◆ Assignment: Give again, word for word, every line in the entries below from the line with "#45=DIRECTION('',(0.,-1.,0.));" up to and including the line with "#62=CARTESIAN_POINT('',(-77.5,-165.,15.));", and no other line.

◆ Record set:
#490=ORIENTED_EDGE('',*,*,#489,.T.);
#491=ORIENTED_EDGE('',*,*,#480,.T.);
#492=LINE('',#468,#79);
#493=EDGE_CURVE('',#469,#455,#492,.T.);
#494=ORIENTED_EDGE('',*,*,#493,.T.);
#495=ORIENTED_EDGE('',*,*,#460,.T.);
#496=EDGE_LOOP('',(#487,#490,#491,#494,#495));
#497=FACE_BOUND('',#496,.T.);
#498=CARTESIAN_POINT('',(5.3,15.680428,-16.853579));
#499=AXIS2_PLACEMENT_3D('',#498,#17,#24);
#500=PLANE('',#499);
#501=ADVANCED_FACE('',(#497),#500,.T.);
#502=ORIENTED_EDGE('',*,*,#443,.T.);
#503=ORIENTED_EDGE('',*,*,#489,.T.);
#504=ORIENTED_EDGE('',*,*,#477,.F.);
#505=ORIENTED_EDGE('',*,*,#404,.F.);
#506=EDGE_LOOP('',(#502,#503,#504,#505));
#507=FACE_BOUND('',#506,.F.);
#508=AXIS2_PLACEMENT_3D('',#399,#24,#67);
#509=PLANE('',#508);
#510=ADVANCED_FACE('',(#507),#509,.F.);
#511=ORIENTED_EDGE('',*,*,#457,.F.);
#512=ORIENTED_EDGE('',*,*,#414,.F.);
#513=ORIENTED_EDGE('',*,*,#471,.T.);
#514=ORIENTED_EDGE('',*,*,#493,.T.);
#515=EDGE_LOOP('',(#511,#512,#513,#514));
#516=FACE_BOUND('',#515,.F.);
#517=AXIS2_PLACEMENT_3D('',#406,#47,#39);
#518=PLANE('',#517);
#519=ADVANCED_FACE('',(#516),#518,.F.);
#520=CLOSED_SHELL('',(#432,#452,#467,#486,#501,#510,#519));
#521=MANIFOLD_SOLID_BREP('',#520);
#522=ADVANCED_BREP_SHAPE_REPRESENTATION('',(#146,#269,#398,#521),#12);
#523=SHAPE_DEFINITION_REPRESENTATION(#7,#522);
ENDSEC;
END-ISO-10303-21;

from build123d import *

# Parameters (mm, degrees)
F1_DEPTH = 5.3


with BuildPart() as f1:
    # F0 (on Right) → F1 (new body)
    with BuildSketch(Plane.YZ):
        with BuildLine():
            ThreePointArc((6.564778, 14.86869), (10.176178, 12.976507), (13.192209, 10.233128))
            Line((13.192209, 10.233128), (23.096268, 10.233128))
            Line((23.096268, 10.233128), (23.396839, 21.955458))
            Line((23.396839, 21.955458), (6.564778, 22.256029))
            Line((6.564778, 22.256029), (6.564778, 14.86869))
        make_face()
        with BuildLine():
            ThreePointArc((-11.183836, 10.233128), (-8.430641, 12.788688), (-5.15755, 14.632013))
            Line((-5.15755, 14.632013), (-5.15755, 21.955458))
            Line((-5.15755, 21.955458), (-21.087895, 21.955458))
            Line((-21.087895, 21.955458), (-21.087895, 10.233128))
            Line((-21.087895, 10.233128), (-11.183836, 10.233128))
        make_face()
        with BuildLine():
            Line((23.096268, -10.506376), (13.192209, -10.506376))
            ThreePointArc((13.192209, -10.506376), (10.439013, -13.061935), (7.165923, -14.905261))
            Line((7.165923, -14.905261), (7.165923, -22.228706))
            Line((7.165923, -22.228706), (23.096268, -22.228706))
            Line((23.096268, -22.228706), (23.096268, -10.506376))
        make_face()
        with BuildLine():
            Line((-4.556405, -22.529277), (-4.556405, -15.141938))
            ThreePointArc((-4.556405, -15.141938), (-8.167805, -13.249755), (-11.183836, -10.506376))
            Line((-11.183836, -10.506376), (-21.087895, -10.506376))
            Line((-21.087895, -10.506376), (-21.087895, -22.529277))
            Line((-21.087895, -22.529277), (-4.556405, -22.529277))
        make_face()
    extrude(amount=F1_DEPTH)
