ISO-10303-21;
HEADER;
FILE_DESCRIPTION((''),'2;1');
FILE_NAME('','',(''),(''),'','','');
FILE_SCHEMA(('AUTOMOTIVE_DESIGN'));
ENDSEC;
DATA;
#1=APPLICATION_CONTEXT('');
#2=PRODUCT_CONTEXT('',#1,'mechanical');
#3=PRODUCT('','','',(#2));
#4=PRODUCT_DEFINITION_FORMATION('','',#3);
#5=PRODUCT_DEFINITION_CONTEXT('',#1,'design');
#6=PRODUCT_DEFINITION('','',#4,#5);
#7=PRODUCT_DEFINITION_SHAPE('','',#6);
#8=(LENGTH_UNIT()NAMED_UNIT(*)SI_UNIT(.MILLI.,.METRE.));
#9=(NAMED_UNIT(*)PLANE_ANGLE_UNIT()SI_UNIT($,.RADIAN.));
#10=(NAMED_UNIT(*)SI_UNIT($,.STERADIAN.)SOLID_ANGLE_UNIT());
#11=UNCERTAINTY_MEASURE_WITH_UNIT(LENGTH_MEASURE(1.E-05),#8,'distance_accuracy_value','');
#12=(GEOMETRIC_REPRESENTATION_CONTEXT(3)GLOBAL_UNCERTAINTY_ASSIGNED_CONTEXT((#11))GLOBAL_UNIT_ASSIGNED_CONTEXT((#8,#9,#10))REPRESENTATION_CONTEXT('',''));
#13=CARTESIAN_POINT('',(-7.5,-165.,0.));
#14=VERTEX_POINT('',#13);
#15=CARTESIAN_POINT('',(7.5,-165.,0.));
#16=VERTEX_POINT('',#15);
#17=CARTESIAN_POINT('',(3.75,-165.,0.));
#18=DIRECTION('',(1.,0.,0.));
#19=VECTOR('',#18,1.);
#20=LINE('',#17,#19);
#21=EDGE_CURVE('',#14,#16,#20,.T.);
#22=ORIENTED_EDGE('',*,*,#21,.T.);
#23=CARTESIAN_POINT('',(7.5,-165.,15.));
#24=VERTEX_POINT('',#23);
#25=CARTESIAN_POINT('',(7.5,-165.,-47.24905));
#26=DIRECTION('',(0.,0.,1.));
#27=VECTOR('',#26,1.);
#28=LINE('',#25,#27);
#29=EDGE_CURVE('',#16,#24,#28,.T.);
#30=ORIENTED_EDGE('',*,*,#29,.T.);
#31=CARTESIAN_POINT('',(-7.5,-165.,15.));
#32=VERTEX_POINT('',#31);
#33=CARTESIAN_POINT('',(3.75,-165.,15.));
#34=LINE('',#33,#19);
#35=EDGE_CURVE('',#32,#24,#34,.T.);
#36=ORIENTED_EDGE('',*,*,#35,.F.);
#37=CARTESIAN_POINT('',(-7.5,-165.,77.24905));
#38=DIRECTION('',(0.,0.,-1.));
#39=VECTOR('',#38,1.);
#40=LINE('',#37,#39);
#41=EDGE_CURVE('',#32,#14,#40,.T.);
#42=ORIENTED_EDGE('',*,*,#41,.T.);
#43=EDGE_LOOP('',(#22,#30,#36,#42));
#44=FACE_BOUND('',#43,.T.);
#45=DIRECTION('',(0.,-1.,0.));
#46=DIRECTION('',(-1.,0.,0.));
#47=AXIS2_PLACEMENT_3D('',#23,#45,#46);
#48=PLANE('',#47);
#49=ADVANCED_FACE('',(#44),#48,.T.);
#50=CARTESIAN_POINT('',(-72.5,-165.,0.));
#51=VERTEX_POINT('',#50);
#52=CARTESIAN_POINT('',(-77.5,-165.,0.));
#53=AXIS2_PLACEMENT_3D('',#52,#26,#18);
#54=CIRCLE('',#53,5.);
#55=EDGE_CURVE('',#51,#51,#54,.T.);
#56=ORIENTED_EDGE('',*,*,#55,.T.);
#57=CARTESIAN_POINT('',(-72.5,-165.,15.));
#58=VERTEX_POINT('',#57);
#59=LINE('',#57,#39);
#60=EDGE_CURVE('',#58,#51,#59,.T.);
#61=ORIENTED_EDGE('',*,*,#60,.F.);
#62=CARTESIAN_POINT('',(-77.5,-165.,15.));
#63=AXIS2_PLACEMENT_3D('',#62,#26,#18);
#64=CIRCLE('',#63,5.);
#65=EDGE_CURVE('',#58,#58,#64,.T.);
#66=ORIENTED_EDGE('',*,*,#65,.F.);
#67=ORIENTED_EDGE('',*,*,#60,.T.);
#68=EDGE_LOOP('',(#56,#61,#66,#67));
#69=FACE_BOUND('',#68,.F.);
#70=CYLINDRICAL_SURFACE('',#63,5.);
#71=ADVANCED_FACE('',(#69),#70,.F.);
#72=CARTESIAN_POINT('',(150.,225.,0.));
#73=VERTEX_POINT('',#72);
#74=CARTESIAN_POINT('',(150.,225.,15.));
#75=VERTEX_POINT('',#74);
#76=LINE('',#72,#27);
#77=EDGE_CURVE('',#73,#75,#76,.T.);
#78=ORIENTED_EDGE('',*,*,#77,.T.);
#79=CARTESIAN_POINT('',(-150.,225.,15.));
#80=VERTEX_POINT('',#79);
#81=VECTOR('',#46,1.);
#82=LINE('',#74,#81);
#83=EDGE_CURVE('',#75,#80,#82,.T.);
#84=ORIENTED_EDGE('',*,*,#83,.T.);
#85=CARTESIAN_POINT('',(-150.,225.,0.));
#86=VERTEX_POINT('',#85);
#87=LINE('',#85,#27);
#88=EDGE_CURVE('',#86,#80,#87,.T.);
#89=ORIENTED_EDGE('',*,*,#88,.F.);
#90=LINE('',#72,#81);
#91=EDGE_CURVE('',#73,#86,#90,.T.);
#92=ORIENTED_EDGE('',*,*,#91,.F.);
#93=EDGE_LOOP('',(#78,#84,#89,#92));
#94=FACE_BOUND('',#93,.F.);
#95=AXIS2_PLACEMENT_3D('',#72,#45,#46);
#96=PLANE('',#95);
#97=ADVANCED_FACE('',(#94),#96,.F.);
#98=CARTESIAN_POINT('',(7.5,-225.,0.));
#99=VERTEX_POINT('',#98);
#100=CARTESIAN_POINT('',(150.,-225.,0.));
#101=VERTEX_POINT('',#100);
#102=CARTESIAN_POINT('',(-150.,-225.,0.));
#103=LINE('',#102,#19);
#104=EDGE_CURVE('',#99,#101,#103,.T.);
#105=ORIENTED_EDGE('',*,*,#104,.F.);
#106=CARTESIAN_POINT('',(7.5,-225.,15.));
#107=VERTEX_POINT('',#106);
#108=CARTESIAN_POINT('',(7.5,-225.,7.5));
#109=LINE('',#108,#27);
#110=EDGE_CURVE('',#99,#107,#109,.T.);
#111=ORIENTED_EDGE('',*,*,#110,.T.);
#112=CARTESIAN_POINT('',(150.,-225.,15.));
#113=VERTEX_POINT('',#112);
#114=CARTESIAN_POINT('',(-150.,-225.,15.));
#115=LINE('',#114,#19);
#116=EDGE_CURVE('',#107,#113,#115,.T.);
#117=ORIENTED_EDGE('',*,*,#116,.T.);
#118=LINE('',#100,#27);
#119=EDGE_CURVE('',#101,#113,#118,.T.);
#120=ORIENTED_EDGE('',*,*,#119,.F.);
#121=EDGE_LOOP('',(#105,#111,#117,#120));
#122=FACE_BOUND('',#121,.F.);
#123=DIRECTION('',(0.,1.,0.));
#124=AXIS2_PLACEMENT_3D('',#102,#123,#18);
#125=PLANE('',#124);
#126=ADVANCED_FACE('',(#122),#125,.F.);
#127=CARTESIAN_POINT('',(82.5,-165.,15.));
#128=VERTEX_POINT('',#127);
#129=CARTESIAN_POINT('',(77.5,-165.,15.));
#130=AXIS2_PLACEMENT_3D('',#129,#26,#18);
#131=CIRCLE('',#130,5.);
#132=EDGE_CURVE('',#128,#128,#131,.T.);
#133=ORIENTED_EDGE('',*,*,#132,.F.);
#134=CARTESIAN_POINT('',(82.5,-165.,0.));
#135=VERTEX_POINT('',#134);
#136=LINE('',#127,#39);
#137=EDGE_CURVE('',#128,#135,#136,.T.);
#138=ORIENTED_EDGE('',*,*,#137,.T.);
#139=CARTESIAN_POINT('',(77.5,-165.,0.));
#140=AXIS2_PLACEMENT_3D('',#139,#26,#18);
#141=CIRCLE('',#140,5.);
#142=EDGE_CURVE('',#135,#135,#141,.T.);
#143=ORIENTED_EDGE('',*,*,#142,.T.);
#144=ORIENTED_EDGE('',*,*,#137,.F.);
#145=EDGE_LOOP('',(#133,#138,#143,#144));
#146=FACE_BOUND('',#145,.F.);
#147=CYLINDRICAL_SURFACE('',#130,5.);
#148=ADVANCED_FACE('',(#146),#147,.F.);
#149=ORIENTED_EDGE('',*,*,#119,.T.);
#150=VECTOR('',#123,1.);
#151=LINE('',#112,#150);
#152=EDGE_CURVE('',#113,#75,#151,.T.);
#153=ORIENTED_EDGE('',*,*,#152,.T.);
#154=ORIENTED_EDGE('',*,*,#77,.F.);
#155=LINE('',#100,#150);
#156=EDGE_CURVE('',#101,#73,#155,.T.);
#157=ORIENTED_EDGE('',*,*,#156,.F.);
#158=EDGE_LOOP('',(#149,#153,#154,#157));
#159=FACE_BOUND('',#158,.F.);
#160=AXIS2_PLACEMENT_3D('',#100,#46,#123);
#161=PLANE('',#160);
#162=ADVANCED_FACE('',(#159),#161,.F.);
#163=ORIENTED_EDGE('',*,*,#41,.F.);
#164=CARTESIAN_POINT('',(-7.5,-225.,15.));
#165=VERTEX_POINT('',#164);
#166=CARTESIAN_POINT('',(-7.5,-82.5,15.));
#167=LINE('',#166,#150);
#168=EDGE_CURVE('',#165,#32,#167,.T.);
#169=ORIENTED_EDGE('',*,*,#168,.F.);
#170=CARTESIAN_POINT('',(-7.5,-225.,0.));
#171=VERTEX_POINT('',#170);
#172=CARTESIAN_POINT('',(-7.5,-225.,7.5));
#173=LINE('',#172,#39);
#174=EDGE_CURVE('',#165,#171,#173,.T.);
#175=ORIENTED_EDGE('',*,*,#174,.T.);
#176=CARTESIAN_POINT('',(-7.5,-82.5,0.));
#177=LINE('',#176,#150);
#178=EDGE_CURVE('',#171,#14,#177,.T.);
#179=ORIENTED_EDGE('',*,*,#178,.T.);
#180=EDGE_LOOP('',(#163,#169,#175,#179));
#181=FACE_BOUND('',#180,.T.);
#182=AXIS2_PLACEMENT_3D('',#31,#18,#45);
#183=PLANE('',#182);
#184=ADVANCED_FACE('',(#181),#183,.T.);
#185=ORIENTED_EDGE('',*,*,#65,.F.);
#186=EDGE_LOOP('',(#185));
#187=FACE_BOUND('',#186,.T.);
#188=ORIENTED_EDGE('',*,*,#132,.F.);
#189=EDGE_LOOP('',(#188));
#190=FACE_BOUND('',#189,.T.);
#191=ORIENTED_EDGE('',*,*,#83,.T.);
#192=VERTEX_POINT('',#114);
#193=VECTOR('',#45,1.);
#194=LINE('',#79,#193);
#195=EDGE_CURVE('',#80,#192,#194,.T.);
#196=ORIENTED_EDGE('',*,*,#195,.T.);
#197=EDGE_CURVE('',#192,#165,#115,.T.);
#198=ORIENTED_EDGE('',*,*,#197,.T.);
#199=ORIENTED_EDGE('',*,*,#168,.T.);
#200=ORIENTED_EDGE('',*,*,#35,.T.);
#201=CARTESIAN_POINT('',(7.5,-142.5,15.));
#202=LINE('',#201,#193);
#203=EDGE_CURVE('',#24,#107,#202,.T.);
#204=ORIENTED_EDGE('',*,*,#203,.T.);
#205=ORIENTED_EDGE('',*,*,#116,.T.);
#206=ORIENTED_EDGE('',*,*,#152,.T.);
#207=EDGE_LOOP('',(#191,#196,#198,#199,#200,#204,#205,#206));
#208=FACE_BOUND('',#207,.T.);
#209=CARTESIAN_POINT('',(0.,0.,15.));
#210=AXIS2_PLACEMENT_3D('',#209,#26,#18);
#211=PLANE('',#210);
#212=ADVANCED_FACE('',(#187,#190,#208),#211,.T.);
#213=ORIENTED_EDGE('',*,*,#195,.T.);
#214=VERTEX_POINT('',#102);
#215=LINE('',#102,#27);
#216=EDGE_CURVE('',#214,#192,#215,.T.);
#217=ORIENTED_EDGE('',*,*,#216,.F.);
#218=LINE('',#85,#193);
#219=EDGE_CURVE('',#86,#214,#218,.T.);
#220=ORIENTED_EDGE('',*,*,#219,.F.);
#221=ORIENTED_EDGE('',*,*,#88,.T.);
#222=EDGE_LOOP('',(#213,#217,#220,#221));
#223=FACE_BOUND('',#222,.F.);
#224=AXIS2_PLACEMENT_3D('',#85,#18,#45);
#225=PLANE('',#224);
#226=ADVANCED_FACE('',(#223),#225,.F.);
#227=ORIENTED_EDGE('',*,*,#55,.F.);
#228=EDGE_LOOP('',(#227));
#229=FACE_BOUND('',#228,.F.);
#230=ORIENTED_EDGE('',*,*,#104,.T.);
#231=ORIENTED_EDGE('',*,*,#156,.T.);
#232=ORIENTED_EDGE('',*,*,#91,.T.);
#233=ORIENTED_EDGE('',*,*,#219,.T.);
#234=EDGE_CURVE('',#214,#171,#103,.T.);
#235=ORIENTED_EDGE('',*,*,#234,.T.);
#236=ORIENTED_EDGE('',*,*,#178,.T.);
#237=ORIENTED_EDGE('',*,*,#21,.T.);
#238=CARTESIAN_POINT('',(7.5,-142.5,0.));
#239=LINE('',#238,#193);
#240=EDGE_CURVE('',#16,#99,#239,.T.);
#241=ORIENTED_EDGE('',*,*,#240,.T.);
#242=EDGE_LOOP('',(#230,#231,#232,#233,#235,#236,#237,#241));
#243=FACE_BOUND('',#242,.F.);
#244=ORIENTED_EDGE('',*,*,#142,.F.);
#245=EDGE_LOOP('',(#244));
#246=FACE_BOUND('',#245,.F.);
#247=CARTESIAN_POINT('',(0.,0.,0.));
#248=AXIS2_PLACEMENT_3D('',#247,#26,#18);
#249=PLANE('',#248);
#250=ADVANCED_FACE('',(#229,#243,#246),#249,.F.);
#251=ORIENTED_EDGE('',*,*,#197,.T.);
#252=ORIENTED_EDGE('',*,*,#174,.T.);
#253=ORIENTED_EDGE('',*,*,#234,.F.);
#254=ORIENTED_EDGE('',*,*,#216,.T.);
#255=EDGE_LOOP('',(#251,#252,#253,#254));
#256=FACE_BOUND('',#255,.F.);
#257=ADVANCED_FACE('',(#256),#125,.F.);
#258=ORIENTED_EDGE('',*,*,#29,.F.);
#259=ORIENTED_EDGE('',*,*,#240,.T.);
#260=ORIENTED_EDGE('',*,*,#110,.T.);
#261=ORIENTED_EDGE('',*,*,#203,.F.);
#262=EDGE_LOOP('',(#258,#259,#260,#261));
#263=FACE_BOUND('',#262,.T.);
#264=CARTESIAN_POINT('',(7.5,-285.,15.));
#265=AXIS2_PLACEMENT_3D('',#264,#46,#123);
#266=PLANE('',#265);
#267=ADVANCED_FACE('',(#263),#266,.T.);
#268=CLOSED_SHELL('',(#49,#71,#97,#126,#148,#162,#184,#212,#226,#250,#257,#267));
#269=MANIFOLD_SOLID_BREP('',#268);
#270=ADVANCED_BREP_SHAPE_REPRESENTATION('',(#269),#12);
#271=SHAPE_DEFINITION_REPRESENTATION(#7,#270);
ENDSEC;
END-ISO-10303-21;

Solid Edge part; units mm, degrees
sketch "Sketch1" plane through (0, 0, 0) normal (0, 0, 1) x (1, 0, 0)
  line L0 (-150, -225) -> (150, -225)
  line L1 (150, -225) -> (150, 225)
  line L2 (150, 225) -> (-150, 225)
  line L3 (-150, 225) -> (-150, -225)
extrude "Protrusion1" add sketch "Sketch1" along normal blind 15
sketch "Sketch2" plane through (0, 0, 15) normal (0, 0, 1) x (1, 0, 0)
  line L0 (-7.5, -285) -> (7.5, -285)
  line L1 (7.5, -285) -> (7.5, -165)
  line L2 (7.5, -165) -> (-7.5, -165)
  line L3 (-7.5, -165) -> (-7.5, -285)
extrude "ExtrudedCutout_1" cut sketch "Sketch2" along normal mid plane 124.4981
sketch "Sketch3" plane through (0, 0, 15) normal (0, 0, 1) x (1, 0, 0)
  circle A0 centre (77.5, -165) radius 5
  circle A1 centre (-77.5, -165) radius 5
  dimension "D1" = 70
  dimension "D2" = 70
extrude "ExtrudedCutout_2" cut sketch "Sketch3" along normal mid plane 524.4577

◆ Response to this exercise:
#45=DIRECTION('',(0.,-1.,0.));
#46=DIRECTION('',(-1.,0.,0.));
#47=AXIS2_PLACEMENT_3D('',#23,#45,#46);
#48=PLANE('',#47);
#49=ADVANCED_FACE('',(#44),#48,.T.);
#50=CARTESIAN_POINT('',(-72.5,-165.,0.));
#51=VERTEX_POINT('',#50);
#52=CARTESIAN_POINT('',(-77.5,-165.,0.));
#53=AXIS2_PLACEMENT_3D('',#52,#26,#18);
#54=CIRCLE('',#53,5.);
#55=EDGE_CURVE('',#51,#51,#54,.T.);
#56=ORIENTED_EDGE('',*,*,#55,.T.);
#57=CARTESIAN_POINT('',(-72.5,-165.,15.));
#58=VERTEX_POINT('',#57);
#59=LINE('',#57,#39);
#60=EDGE_CURVE('',#58,#51,#59,.T.);
#61=ORIENTED_EDGE('',*,*,#60,.F.);
#62=CARTESIAN_POINT('',(-77.5,-165.,15.));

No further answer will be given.